Thursday, February 25, 2010

the car buying continues....

I'm shopping for cars tomorrow. A small endeavor compared to most problems in the world, but for me, I've been biting my nails for weeks. So I'm progressing prepared.

I've already made lists: these cars, with these miles, at these dealerships for these prices. And then I scribbled NADA's trade-in and suggested retail values.

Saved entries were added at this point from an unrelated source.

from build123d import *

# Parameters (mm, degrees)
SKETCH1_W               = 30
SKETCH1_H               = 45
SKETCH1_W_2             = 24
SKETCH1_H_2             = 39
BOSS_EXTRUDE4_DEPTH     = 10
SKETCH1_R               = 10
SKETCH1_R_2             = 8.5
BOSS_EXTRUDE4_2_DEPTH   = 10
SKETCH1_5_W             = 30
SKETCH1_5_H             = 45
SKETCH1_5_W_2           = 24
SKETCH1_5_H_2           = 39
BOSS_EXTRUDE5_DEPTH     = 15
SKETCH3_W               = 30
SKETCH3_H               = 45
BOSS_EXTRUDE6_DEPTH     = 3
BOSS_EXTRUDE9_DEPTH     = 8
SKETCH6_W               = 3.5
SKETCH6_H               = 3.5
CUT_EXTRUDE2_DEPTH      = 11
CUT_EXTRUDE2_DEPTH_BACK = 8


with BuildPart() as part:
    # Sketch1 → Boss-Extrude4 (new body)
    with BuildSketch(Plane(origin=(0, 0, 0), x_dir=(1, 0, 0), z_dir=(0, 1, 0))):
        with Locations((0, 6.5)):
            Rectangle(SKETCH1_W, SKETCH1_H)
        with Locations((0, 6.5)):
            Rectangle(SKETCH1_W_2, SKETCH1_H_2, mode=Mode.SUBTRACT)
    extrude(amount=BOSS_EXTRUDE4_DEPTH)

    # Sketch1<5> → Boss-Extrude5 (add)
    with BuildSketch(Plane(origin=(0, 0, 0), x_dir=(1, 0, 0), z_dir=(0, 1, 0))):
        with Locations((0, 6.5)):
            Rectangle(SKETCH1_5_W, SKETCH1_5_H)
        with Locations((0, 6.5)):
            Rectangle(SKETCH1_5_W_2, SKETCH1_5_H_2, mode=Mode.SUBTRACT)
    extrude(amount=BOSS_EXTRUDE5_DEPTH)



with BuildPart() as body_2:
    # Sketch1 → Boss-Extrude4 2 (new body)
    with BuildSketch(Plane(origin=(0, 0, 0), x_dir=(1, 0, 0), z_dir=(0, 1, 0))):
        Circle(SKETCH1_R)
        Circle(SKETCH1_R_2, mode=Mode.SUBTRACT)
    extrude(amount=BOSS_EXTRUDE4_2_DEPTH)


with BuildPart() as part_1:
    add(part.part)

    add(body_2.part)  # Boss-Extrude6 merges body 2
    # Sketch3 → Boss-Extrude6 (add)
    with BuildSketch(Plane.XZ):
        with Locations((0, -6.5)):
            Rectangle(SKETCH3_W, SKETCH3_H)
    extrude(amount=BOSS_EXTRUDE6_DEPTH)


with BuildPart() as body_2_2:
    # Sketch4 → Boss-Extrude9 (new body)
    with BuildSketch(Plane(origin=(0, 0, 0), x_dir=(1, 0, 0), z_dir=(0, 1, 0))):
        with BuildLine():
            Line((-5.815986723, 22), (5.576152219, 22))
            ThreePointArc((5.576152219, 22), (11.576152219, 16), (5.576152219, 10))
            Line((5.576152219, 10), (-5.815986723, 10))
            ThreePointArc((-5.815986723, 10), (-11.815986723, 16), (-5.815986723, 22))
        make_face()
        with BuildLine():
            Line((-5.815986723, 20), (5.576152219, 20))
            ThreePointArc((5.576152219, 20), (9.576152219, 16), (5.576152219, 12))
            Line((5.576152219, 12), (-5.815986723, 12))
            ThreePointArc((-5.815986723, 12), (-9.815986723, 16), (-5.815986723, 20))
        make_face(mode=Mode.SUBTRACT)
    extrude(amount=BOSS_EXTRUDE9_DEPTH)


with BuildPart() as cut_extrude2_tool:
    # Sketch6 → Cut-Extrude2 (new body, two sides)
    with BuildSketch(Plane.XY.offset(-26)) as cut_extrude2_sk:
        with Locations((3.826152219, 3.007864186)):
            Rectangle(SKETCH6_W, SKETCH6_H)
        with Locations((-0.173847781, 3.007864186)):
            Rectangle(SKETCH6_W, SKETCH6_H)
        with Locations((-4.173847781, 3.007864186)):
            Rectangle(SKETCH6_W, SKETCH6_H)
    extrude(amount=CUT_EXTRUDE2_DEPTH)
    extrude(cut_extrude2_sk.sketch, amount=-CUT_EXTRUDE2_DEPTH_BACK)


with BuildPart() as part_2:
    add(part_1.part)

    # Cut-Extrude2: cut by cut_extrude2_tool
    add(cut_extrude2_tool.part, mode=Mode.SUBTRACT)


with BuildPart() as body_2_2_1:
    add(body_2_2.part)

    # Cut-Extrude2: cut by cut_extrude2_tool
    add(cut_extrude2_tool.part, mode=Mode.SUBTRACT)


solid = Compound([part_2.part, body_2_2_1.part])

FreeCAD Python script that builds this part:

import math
import FreeCAD as App
import Part
import Sketcher

doc = App.newDocument("Part")
params = doc.addObject("Spreadsheet::Sheet", "Params")
for row, (alias, value) in enumerate([
    ("sketch1_width", "30 mm"),
    ("sketch1_width2", "24 mm"),
    ("sketch1_height", "45 mm"),
    ("sketch1_height2", "39 mm"),
    ("pad1_length", "10 mm"),
    ("sketch2_width", "30 mm"),
    ("sketch2_width2", "24 mm"),
    ("sketch2_height", "45 mm"),
    ("sketch2_height2", "39 mm"),
    ("pad2_length", "15 mm"),
    ("sketch3_diameter", "20 mm"),
    ("sketch3_diameter2", "17 mm"),
    ("pad3_length", "10 mm"),
    ("sketch4_width", "30 mm"),
    ("sketch4_height", "45 mm"),
    ("pad4_length", "3 mm"),
    ("sketch5_radius", "6 mm"),
    ("sketch5_radius2", "4 mm"),
    ("pad5_length", "8 mm"),
    ("sketch6_width", "3.5 mm"),
    ("pad6_length", "11 mm"),
    ("pad6_length2", "8 mm"),
], start=1):
    params.set(f"A{row}", alias)
    params.set(f"B{row}", "=" + value)
    params.setAlias(f"B{row}", alias)

body = doc.addObject("PartDesign::Body", "Body")

# Sketch on XZ plane
sketch1 = doc.addObject("Sketcher::SketchObject", "Sketch")
body.addObject(sketch1)
sketch1.AttachmentSupport = (doc.XZ_Plane, [""])
sketch1.MapMode = "FlatFace"
sketch1.addGeometry([
    Part.LineSegment(App.Vector(-15, -29, 0), App.Vector(-15, 16, 0)),  # 0
    Part.LineSegment(App.Vector(-15, 16, 0), App.Vector(15, 16, 0)),  # 1
    Part.LineSegment(App.Vector(15, 16, 0), App.Vector(15, -29, 0)),  # 2
    Part.LineSegment(App.Vector(15, -29, 0), App.Vector(-15, -29, 0)),  # 3
    Part.LineSegment(App.Vector(12, 13, 0), App.Vector(-12, 13, 0)),  # 4
    Part.LineSegment(App.Vector(-12, 13, 0), App.Vector(-12, -26, 0)),  # 5
    Part.LineSegment(App.Vector(-12, -26, 0), App.Vector(12, -26, 0)),  # 6
    Part.LineSegment(App.Vector(12, -26, 0), App.Vector(12, 13, 0)),  # 7
], False)
sketch1.addConstraint([
    Sketcher.Constraint("Coincident", 0, 2, 1, 1),
    Sketcher.Constraint("Coincident", 1, 2, 2, 1),
    Sketcher.Constraint("Coincident", 2, 2, 3, 1),
    Sketcher.Constraint("Coincident", 3, 2, 0, 1),
    Sketcher.Constraint("Coincident", 4, 2, 5, 1),
    Sketcher.Constraint("Coincident", 5, 2, 6, 1),
    Sketcher.Constraint("Coincident", 6, 2, 7, 1),
    Sketcher.Constraint("Coincident", 7, 2, 4, 1),
    Sketcher.Constraint("Vertical", 0),
    Sketcher.Constraint("Horizontal", 1),
    Sketcher.Constraint("Vertical", 2),
    Sketcher.Constraint("Horizontal", 3),
    Sketcher.Constraint("Horizontal", 4),
    Sketcher.Constraint("Vertical", 5),
    Sketcher.Constraint("Horizontal", 6),
    Sketcher.Constraint("Vertical", 7),
    Sketcher.Constraint("DistanceX", 1, 1, 1, 2, 30.0),
    Sketcher.Constraint("DistanceX", 4, 2, 4, 1, 24.0),
    Sketcher.Constraint("DistanceY", 0, 1, 0, 2, 45.0),
    Sketcher.Constraint("DistanceY", 5, 2, 5, 1, 39.0),
    Sketcher.Constraint("DistanceX", 0, 2, -1, 1, 15.0),
    Sketcher.Constraint("DistanceY", -1, 1, 0, 2, 16.0),
    Sketcher.Constraint("DistanceX", 4, 2, -1, 1, 12.0),
    Sketcher.Constraint("DistanceY", -1, 1, 4, 2, 13.0),
])
sketch1.setExpression("Constraints[16]", "Params.sketch1_width")
sketch1.setExpression("Constraints[17]", "Params.sketch1_width2")
sketch1.setExpression("Constraints[18]", "Params.sketch1_height")
sketch1.setExpression("Constraints[19]", "Params.sketch1_height2")
pad1 = doc.addObject("PartDesign::Pad", "Pad")
body.addObject(pad1)
pad1.Profile = sketch1
pad1.setExpression("Length", "Params.pad1_length")
pad1.Reversed = True

# Sketch on XZ plane
sketch2 = doc.addObject("Sketcher::SketchObject", "Sketch001")
body.addObject(sketch2)
sketch2.AttachmentSupport = (doc.XZ_Plane, [""])
sketch2.MapMode = "FlatFace"
sketch2.addGeometry([
    Part.LineSegment(App.Vector(-15, -29, 0), App.Vector(-15, 16, 0)),  # 0
    Part.LineSegment(App.Vector(-15, 16, 0), App.Vector(15, 16, 0)),  # 1
    Part.LineSegment(App.Vector(15, 16, 0), App.Vector(15, -29, 0)),  # 2
    Part.LineSegment(App.Vector(15, -29, 0), App.Vector(-15, -29, 0)),  # 3
    Part.LineSegment(App.Vector(12, 13, 0), App.Vector(-12, 13, 0)),  # 4
    Part.LineSegment(App.Vector(-12, 13, 0), App.Vector(-12, -26, 0)),  # 5
    Part.LineSegment(App.Vector(-12, -26, 0), App.Vector(12, -26, 0)),  # 6
    Part.LineSegment(App.Vector(12, -26, 0), App.Vector(12, 13, 0)),  # 7
], False)
sketch2.addConstraint([
    Sketcher.Constraint("Coincident", 0, 2, 1, 1),
    Sketcher.Constraint("Coincident", 1, 2, 2, 1),
    Sketcher.Constraint("Coincident", 2, 2, 3, 1),
    Sketcher.Constraint("Coincident", 3, 2, 0, 1),
    Sketcher.Constraint("Coincident", 4, 2, 5, 1),
    Sketcher.Constraint("Coincident", 5, 2, 6, 1),
    Sketcher.Constraint("Coincident", 6, 2, 7, 1),
    Sketcher.Constraint("Coincident", 7, 2, 4, 1),
    Sketcher.Constraint("Vertical", 0),
    Sketcher.Constraint("Horizontal", 1),
    Sketcher.Constraint("Vertical", 2),
    Sketcher.Constraint("Horizontal", 3),
    Sketcher.Constraint("Horizontal", 4),
    Sketcher.Constraint("Vertical", 5),
    Sketcher.Constraint("Horizontal", 6),
    Sketcher.Constraint("Vertical", 7),
    Sketcher.Constraint("DistanceX", 1, 1, 1, 2, 30.0),
    Sketcher.Constraint("DistanceX", 4, 2, 4, 1, 24.0),
    Sketcher.Constraint("DistanceY", 0, 1, 0, 2, 45.0),
    Sketcher.Constraint("DistanceY", 5, 2, 5, 1, 39.0),
    Sketcher.Constraint("DistanceX", 0, 2, -1, 1, 15.0),
    Sketcher.Constraint("DistanceY", -1, 1, 0, 2, 16.0),
    Sketcher.Constraint("DistanceX", 4, 2, -1, 1, 12.0),
    Sketcher.Constraint("DistanceY", -1, 1, 4, 2, 13.0),
])
sketch2.setExpression("Constraints[16]", "Params.sketch2_width")
sketch2.setExpression("Constraints[17]", "Params.sketch2_width2")
sketch2.setExpression("Constraints[18]", "Params.sketch2_height")
sketch2.setExpression("Constraints[19]", "Params.sketch2_height2")
pad2 = doc.addObject("PartDesign::Pad", "Pad001")
body.addObject(pad2)
pad2.Profile = sketch2
pad2.setExpression("Length", "Params.pad2_length")
pad2.Reversed = True
body2 = doc.addObject("PartDesign::Body", "Body001")

# Sketch on XZ plane
sketch3 = doc.addObject("Sketcher::SketchObject", "Sketch002")
body2.addObject(sketch3)
sketch3.AttachmentSupport = (doc.getObject("XZ_Plane001"), [""])
sketch3.MapMode = "FlatFace"
sketch3.addGeometry([
    Part.Circle(App.Vector(0, 0, 0), App.Vector(0, 0, 1), 10),
    Part.Circle(App.Vector(0, 0, 0), App.Vector(0, 0, 1), 8),
], False)
sketch3.addConstraint([
    Sketcher.Constraint("Coincident", 0, 3, -1, 1),
    Sketcher.Constraint("Coincident", 1, 3, -1, 1),
    Sketcher.Constraint("Diameter", 0, 20.0),
    Sketcher.Constraint("Diameter", 1, 17.0),
])
sketch3.setExpression("Constraints[2]", "Params.sketch3_diameter")
sketch3.setExpression("Constraints[3]", "Params.sketch3_diameter2")
pad3 = doc.addObject("PartDesign::Pad", "Pad002")
body2.addObject(pad3)
pad3.Profile = sketch3
pad3.setExpression("Length", "Params.pad3_length")
pad3.Reversed = True
body.AllowCompound = True
doc.recompute()

boolean = doc.addObject("PartDesign::Boolean", "Boolean")
body.addObject(boolean)
boolean.Type = "Fuse"
boolean.addObjects([body2])

# Sketch on XZ plane
sketch4 = doc.addObject("Sketcher::SketchObject", "Sketch003")
body.addObject(sketch4)
sketch4.AttachmentSupport = (doc.XZ_Plane, [""])
sketch4.MapMode = "FlatFace"
sketch4.addGeometry([
    Part.LineSegment(App.Vector(-15, 16, 0), App.Vector(-15, -29, 0)),
    Part.LineSegment(App.Vector(-15, -29, 0), App.Vector(15, -29, 0)),
    Part.LineSegment(App.Vector(15, -29, 0), App.Vector(15, 16, 0)),
    Part.LineSegment(App.Vector(15, 16, 0), App.Vector(-15, 16, 0)),
], False)
sketch4.addConstraint([
    Sketcher.Constraint("Coincident", 0, 2, 1, 1),
    Sketcher.Constraint("Coincident", 1, 2, 2, 1),
    Sketcher.Constraint("Coincident", 2, 2, 3, 1),
    Sketcher.Constraint("Coincident", 3, 2, 0, 1),
    Sketcher.Constraint("Vertical", 0),
    Sketcher.Constraint("Horizontal", 1),
    Sketcher.Constraint("Vertical", 2),
    Sketcher.Constraint("Horizontal", 3),
    Sketcher.Constraint("DistanceX", 1, 1, 1, 2, 30.0),
    Sketcher.Constraint("DistanceY", 0, 2, 0, 1, 45.0),
    Sketcher.Constraint("DistanceX", 0, 2, -1, 1, 15.0),
    Sketcher.Constraint("DistanceY", 0, 2, -1, 1, 29.0),
])
sketch4.setExpression("Constraints[8]", "Params.sketch4_width")
sketch4.setExpression("Constraints[9]", "Params.sketch4_height")
pad4 = doc.addObject("PartDesign::Pad", "Pad003")
body.addObject(pad4)
pad4.Profile = sketch4
pad4.setExpression("Length", "Params.pad4_length")
body3 = doc.addObject("PartDesign::Body", "Body002")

I called my bank, inquiring about a loan, asking for which interest rates I qualified. My credit score is "excellent" and based on my debt and income, the lender said I can only borrow a certain amount (actually a little more than I even wanted) and I had to keep my payments within a certain dollar figure... the same dollar figure I'd allowed myself. Perfect.

(Sorry, but I'm not getting into specifics here, ya nosy. I don't mind telling you about the times I face-planted in snow or farted next to my boyfriend, but my face would blush redder if you saw my financial figures than if Mother Theresa walked in on me in the shower.)

No matter what I pay though, cars will always cost too much money and I will never be rich enough. Philosophers questioned speaking in absolutes. Well, until I win the Powerball (a $1 ticket I NEVER purchase) I will never be rich enough. That is always true.

But so far, I've surmised that this car-buying process may go smoother than I expected. I still know nothing about cars, but I've learned a little about buying one.

Wish me luck :)

Saturday, February 20, 2010

ND: small-town sweethearts or freaking a-holes?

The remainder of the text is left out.